27687
Antidepressants during Pregnancy and Autism Risk: Evidence of Confounding

Oral Presentation
Thursday, May 10, 2018: 3:04 PM
Arcadis Zaal (de Doelen ICC Rotterdam)
H. Heuvelman1, K. Franklin2, A. Havdahl3, H. Jones4, J. Golding1, G. Davey Smith4 and D. Rai5, (1)University of Bristol, Bristol, United Kingdom of Great Britain and Northern Ireland, (2)University of Bristol, Bristol, United Kingdom, (3)MRC Integrative Epidemiology Unit, University of Bristol, Bristol, United Kingdom, (4)Population Health Sciences, Bristol Medical School, MRC Integrative Epidemiology Unit, Bristol, United Kingdom, (5)Population Health Sciences, Bristol Medical School, Centre for Academic Mental Health, Bristol, United Kingdom
Background: A number of studies have reported associations between maternal antidepressant use during pregnancy and childhood autism. The causal meaning of these associations is still unclear. The possibility of genetic confounding and confounding by severity of underlying depression (the indication for the medications) has been hypothesised but has not been directly investigated to date.

Objectives: In a large population-based cohort we aimed to assess whether mothers with greater genetic risk for autism are more likely to take antidepressants during pregnancy and whether severity of depression is associated with autism risk

Methods: We used data from the Avon Longitudinal Study of Parents and Children (ALSPAC), a birth cohort study in England which recruited 14,541 pregnant women in the Bristol area in 1991-1992, resulting in 14062 live births. Medication use was ascertained prospectively via questionnaires and coded into WHO Anatomical Therapeutic Classification codes by a pharmacologist. Children with an ASD diagnosis were identified by record linkage with health and education records and parental reports. Autism related traits were ascertained by 4 scales that independently predict ASD in ALSPAC: the Social and Communication Disorders Checklist, the Children's Communication Checklist (coherence subscale), a repetitive behaviour measure, and the Emotionality, Activity and Sociability temperament scale (sociability subscale). These measures were dichotomised, with approximately 15% defined on each scale as having highest autistic traits. Maternal polygenic risk scores (PRS) for autism were constructed using summary data from the Psychiatric Genomics Consortium GWAS. Maternal depression was assessed prospectively at 18 and 32 weeks gestation using the Edinburgh Postnatal Depression Scale.
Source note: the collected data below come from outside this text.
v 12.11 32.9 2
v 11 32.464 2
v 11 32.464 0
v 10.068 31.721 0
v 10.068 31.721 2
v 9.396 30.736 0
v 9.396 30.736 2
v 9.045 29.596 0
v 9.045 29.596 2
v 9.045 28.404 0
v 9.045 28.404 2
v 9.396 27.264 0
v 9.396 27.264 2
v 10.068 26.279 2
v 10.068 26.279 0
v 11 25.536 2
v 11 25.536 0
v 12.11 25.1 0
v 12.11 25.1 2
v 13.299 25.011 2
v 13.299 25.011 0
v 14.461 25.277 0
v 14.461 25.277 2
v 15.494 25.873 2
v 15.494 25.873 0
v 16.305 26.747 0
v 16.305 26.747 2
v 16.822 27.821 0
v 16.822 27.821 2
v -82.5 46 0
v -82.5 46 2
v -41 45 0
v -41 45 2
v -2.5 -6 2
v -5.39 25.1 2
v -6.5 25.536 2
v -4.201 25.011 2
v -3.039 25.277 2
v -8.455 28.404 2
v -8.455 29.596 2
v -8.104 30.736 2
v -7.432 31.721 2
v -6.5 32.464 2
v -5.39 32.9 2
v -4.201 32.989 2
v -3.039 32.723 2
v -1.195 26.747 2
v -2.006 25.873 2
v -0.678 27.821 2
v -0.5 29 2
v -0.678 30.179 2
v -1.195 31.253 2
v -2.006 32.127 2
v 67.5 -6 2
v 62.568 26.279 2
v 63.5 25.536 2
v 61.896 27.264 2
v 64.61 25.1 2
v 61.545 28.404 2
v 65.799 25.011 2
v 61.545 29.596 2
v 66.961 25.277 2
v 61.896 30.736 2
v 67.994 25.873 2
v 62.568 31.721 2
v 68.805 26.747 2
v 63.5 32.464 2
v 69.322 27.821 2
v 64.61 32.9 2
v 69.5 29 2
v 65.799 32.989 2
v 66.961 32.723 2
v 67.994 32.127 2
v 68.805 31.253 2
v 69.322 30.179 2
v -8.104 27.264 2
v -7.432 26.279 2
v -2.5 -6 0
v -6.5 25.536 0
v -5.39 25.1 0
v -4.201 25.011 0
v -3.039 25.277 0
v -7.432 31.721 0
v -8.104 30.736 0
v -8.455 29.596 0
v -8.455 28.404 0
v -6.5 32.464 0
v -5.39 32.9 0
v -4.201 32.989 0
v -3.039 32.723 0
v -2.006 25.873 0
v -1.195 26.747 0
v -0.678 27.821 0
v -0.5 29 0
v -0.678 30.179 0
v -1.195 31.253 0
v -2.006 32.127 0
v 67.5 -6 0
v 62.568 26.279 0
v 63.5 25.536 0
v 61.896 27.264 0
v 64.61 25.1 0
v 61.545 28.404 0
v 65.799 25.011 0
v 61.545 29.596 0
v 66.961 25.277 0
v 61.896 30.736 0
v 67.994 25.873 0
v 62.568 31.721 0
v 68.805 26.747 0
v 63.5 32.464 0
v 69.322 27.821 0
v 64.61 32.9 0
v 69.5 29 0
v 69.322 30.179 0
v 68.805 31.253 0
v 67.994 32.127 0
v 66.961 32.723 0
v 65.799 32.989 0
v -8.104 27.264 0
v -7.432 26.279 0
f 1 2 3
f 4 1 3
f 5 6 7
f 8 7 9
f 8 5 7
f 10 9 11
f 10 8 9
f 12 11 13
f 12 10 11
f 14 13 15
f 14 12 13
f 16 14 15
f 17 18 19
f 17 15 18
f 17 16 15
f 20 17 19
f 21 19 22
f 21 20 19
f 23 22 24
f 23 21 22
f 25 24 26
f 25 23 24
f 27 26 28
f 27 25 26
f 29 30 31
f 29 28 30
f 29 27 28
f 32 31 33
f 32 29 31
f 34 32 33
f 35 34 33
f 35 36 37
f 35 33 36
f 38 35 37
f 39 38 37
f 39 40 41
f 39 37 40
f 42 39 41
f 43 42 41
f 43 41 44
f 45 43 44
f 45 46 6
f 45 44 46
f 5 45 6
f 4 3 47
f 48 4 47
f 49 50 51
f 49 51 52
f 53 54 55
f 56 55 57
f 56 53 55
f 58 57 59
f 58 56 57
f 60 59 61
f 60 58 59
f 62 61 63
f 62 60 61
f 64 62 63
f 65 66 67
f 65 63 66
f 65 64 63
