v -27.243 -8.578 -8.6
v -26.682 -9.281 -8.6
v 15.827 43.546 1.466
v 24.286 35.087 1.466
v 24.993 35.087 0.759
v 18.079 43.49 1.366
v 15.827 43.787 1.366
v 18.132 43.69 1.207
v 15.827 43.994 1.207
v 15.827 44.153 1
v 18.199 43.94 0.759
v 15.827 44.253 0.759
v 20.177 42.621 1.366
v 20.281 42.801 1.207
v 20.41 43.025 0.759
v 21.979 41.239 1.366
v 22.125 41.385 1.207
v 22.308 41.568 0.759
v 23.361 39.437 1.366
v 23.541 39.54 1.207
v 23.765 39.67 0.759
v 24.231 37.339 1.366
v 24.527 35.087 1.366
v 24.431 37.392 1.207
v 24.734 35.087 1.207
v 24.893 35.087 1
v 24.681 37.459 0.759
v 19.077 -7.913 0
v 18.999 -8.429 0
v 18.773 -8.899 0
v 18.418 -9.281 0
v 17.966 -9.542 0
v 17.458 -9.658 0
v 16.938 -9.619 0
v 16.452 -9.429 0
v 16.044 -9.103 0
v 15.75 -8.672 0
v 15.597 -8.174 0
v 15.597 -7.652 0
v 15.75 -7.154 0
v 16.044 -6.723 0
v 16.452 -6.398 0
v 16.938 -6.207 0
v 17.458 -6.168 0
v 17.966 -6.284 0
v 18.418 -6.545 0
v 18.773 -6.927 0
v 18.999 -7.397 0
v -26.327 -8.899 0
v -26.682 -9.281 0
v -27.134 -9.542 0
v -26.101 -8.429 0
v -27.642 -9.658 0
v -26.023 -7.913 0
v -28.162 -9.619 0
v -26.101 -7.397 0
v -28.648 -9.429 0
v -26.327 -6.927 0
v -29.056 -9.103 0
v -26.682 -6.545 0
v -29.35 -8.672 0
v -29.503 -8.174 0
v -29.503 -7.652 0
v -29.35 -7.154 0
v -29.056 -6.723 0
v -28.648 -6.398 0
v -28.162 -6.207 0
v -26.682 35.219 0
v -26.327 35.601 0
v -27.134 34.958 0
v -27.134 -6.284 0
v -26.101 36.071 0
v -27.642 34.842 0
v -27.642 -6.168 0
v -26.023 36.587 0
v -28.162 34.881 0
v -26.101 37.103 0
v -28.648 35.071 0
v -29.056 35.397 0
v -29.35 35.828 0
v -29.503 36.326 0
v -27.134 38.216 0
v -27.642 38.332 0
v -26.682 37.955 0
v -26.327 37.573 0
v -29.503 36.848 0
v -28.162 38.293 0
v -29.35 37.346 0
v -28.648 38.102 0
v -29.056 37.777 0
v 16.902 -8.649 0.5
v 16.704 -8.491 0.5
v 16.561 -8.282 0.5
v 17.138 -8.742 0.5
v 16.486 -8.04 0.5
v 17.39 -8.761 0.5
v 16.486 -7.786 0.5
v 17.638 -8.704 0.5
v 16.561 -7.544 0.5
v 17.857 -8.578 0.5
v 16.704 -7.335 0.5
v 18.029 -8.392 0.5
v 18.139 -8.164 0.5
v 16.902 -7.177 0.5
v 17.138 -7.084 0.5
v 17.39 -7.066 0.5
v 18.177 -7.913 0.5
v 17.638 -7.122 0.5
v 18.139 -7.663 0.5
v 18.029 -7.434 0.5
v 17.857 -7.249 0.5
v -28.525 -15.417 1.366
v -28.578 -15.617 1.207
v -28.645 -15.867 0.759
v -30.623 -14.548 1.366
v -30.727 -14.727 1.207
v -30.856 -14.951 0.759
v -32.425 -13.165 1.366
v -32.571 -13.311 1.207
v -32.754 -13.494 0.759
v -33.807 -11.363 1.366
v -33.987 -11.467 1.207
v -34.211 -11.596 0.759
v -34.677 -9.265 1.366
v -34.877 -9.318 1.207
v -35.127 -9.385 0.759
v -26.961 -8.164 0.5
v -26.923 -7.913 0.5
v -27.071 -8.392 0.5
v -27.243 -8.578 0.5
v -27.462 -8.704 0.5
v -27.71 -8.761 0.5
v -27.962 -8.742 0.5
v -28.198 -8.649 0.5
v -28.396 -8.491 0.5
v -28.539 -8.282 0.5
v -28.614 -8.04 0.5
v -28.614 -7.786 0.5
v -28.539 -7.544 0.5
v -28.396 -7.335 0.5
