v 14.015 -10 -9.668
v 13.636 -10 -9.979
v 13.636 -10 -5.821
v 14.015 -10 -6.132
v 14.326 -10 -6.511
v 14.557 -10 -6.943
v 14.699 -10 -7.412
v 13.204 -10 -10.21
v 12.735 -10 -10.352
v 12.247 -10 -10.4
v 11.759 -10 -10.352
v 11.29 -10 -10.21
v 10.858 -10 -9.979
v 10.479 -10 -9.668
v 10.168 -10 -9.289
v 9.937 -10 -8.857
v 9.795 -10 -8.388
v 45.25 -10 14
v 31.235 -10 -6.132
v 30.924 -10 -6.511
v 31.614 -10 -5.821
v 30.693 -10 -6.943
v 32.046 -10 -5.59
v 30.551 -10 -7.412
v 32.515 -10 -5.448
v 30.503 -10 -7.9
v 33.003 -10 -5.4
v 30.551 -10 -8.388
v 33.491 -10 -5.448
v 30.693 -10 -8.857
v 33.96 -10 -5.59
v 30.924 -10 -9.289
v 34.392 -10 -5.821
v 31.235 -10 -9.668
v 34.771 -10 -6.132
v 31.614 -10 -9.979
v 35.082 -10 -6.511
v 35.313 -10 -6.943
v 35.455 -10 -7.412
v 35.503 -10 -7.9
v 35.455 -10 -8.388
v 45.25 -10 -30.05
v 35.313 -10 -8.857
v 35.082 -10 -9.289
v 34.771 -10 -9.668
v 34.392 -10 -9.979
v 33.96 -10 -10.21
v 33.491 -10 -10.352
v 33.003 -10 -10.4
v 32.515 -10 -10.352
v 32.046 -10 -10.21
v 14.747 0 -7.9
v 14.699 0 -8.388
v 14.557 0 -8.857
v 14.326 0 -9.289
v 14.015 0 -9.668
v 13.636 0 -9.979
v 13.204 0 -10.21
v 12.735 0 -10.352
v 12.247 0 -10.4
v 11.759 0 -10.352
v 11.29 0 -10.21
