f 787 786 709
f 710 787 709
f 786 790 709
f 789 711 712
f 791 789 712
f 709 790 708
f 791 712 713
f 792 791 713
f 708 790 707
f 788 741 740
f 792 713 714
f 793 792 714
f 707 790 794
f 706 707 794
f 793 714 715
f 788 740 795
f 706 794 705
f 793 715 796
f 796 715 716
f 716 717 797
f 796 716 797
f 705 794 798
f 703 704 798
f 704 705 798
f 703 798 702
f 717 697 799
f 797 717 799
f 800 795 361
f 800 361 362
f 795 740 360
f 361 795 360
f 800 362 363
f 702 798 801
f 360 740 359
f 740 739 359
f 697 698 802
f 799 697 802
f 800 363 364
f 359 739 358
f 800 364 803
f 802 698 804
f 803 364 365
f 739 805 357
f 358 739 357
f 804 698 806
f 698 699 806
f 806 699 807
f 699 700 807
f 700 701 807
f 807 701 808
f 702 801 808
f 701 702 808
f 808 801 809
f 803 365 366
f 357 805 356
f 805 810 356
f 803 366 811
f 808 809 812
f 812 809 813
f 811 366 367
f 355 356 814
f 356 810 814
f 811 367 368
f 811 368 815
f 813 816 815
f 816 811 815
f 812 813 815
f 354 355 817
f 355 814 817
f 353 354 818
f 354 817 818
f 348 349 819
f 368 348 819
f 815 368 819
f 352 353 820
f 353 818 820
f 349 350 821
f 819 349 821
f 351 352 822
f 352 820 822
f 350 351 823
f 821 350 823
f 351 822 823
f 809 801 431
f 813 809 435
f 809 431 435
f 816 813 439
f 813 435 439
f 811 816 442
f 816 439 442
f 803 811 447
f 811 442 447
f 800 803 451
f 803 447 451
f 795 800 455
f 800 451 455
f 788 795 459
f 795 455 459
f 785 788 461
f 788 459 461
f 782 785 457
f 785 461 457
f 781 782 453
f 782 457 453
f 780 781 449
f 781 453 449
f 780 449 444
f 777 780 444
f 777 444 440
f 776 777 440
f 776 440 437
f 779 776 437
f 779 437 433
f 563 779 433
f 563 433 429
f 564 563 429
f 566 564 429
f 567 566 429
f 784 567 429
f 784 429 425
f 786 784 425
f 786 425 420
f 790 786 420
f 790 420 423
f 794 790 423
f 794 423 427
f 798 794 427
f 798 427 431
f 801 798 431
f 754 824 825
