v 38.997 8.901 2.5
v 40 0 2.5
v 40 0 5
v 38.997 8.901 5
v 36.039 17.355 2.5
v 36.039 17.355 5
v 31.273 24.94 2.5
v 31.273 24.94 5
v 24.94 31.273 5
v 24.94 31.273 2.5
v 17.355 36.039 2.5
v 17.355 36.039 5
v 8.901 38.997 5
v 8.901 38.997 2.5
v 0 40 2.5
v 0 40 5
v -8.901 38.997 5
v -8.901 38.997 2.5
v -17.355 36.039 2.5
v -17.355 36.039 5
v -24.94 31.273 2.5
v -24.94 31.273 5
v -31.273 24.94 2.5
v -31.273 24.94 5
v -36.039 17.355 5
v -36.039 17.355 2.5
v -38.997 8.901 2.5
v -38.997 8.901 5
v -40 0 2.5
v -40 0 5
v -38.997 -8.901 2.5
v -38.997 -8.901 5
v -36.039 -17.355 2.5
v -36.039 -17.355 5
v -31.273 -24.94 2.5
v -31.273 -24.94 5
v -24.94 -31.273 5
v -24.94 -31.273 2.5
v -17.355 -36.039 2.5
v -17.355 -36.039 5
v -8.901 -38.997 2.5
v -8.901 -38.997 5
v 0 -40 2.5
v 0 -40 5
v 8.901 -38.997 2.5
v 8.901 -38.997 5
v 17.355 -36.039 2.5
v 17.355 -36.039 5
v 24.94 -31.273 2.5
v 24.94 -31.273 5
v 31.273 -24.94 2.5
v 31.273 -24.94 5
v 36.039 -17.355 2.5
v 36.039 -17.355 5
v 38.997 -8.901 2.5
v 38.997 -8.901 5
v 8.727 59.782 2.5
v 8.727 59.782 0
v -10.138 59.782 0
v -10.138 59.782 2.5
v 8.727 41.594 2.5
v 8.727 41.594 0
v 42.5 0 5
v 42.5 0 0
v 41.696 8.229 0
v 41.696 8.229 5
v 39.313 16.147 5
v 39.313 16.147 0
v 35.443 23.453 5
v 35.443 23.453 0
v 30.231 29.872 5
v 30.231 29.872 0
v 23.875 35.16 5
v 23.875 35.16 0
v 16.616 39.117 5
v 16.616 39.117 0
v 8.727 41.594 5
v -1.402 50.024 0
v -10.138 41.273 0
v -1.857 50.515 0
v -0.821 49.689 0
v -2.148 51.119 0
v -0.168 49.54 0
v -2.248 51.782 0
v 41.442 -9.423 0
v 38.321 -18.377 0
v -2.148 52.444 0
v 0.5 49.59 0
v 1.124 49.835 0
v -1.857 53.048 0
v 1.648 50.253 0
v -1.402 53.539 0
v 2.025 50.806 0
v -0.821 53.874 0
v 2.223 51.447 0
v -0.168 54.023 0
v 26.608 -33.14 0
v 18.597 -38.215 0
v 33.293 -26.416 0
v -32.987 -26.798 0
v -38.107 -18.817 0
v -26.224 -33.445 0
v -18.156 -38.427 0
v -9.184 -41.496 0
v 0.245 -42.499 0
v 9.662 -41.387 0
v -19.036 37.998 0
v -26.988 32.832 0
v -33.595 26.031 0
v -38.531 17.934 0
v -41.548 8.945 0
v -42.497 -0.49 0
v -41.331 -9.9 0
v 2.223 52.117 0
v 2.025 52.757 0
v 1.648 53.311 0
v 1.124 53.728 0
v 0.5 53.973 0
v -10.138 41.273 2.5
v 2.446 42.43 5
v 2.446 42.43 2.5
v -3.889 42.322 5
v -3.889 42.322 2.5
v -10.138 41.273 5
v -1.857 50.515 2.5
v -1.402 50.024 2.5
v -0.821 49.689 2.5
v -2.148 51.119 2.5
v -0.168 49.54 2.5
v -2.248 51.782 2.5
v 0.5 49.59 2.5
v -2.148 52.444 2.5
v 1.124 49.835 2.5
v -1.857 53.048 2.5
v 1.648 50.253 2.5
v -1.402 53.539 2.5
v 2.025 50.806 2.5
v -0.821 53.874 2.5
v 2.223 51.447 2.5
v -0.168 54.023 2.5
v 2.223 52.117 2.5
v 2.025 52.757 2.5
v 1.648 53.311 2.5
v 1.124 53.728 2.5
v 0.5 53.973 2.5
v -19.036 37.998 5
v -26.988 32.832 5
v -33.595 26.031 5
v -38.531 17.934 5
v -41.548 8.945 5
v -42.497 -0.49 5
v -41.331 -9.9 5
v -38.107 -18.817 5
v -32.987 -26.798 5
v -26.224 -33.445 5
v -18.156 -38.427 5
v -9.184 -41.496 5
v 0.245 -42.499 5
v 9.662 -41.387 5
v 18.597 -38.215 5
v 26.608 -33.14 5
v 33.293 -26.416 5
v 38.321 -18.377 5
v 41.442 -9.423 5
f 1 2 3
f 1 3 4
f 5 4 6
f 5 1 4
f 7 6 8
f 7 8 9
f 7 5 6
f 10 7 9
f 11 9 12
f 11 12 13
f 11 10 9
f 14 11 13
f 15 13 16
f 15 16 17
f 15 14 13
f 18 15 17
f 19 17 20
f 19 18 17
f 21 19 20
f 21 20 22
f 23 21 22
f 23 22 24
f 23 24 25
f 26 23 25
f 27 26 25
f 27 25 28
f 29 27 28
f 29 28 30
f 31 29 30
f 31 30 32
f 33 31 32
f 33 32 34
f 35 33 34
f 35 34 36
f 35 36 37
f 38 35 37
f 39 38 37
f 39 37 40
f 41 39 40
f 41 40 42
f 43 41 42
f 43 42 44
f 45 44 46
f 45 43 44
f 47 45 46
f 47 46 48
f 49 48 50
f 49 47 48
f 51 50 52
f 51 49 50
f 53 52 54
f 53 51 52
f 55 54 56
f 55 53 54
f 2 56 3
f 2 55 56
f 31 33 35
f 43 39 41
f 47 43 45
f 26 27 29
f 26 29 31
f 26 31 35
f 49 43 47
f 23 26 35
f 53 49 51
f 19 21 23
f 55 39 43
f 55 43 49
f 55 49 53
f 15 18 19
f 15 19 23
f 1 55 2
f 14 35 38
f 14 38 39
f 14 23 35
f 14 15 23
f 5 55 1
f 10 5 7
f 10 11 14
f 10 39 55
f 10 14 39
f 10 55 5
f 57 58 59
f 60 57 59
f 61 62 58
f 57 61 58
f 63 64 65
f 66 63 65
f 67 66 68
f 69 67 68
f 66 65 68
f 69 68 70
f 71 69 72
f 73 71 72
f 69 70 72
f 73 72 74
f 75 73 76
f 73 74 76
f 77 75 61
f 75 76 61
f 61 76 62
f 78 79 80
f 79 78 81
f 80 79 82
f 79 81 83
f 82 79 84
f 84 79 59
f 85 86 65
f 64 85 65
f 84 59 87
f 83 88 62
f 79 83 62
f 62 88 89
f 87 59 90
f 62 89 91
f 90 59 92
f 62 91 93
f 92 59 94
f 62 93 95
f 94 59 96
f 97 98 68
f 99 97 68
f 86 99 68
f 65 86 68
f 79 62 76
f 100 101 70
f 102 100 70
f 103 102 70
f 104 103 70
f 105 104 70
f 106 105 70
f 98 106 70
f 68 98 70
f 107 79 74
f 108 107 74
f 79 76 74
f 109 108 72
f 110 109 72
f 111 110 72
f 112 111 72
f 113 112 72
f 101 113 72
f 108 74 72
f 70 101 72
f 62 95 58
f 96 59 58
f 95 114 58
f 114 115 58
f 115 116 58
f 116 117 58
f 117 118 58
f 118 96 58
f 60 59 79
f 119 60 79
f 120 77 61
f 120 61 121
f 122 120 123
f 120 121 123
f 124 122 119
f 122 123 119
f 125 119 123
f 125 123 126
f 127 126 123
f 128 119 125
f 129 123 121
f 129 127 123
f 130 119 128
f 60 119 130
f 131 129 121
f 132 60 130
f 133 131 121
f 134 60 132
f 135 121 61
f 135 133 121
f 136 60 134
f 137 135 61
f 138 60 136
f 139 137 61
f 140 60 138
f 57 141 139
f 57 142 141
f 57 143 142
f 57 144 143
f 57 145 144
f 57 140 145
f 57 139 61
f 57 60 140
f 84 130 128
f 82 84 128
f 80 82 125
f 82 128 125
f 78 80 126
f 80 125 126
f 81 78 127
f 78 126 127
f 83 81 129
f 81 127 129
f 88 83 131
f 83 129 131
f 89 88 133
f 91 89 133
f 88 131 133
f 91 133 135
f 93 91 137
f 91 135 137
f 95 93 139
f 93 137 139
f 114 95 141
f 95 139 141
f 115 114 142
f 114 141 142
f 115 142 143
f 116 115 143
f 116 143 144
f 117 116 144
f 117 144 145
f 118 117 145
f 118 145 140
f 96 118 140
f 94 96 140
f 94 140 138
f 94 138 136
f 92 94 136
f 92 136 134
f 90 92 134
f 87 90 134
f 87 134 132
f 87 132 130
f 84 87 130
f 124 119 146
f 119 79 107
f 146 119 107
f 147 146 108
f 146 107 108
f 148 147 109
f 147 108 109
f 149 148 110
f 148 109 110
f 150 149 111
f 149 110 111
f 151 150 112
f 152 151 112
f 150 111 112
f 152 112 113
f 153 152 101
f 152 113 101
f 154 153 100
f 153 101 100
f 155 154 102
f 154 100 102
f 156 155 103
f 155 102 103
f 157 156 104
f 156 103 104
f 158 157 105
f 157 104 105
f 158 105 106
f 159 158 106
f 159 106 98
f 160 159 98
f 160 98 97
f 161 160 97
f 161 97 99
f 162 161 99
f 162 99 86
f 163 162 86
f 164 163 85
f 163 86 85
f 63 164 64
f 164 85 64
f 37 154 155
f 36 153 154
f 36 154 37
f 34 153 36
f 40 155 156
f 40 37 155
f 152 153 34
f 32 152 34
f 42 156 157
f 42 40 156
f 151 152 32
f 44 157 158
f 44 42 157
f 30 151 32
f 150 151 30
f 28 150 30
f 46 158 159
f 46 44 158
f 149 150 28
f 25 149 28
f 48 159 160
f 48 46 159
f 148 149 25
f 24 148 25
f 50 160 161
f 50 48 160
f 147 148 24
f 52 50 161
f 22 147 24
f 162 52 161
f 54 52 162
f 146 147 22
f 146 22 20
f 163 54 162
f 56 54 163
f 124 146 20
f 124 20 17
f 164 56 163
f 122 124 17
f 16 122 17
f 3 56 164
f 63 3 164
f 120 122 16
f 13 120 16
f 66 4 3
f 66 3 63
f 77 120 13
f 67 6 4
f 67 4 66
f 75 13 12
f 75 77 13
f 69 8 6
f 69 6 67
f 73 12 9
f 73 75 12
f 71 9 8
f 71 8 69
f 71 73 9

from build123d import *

# Parameters (mm, degrees)
F0_R     = 40
F1_DEPTH = 5
F2_DEPTH = 2.5
F3_D     = 4.4958


with BuildPart() as f1:
    # F0 (on Top) → F1 (new body)
    with BuildSketch(Plane.XY):
        with BuildLine():
            ThreePointArc((-10.1377908892, 41.273177681), (-26.2239765025, -33.4447762198), (42.5, 0))
            ThreePointArc((42.5, 0), (32.9936503742, 26.7893455497), (8.7273395302, 41.5942729799))
            ThreePointArc((8.7273395302, 41.5942729799), (-0.7232695256, 42.4938452154), (-10.1377908892, 41.273177681))
        make_face()
        Circle(F0_R, mode=Mode.SUBTRACT)
    extrude(amount=F1_DEPTH)

    # F0 (on Top) → F2 (join)
    with BuildSketch(Plane.XY):
        with BuildLine():
            ThreePointArc((-10.1377908892, 41.273177681), (-0.7232695256, 42.4938452154), (8.7273395302, 41.5942729799))
            Line((8.7273395302, 41.5942729799), (8.7273395302, 59.7816915568))
            Line((8.7273395302, 59.7816915568), (-10.1377908892, 59.7816915568))
            Line((-10.1377908892, 59.7816915568), (-10.1377908892, 41.273177681))
        make_face()
        Circle(F0_R)
    extrude(amount=F2_DEPTH)

    # F3 (through all)
    with Locations(Plane(origin=(0, 0, 0), x_dir=(1, 0, 0), z_dir=(0, 0, -1))):
        with Locations((0, -51.7816915568)):
            Hole(F3_D / 2)


solid = f1.part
Results: Mothers in the top decile of an optimal polygenic risk score for autism (p-value threshold 0.05) had a 2-fold odds of taking antidepressants during pregnancy [Odds Ratio 1.97 (95%CI 1.05-3.70)] and for having a child with autism [2.19 (1.30-3.68)] as compared to those in the lower 90 percentiles. There was no evidence of an association between the mother's autism PRS and severity of depression (assessed both by continuous EPDS scores and in quintiles). A dose response association was observed between higher severity quintiles of maternal depression during pregnancy and social communication, speech coherence and repetitive behaviours but not with a diagnosis of autism.

Conclusions: The results demonstrate the potential for a significant contribution of genetic confounding, and confounding by severity of indication in the associations between antidepressant use during pregnancy and offspring autism. The implications of these findings to the wider literature will be discussed.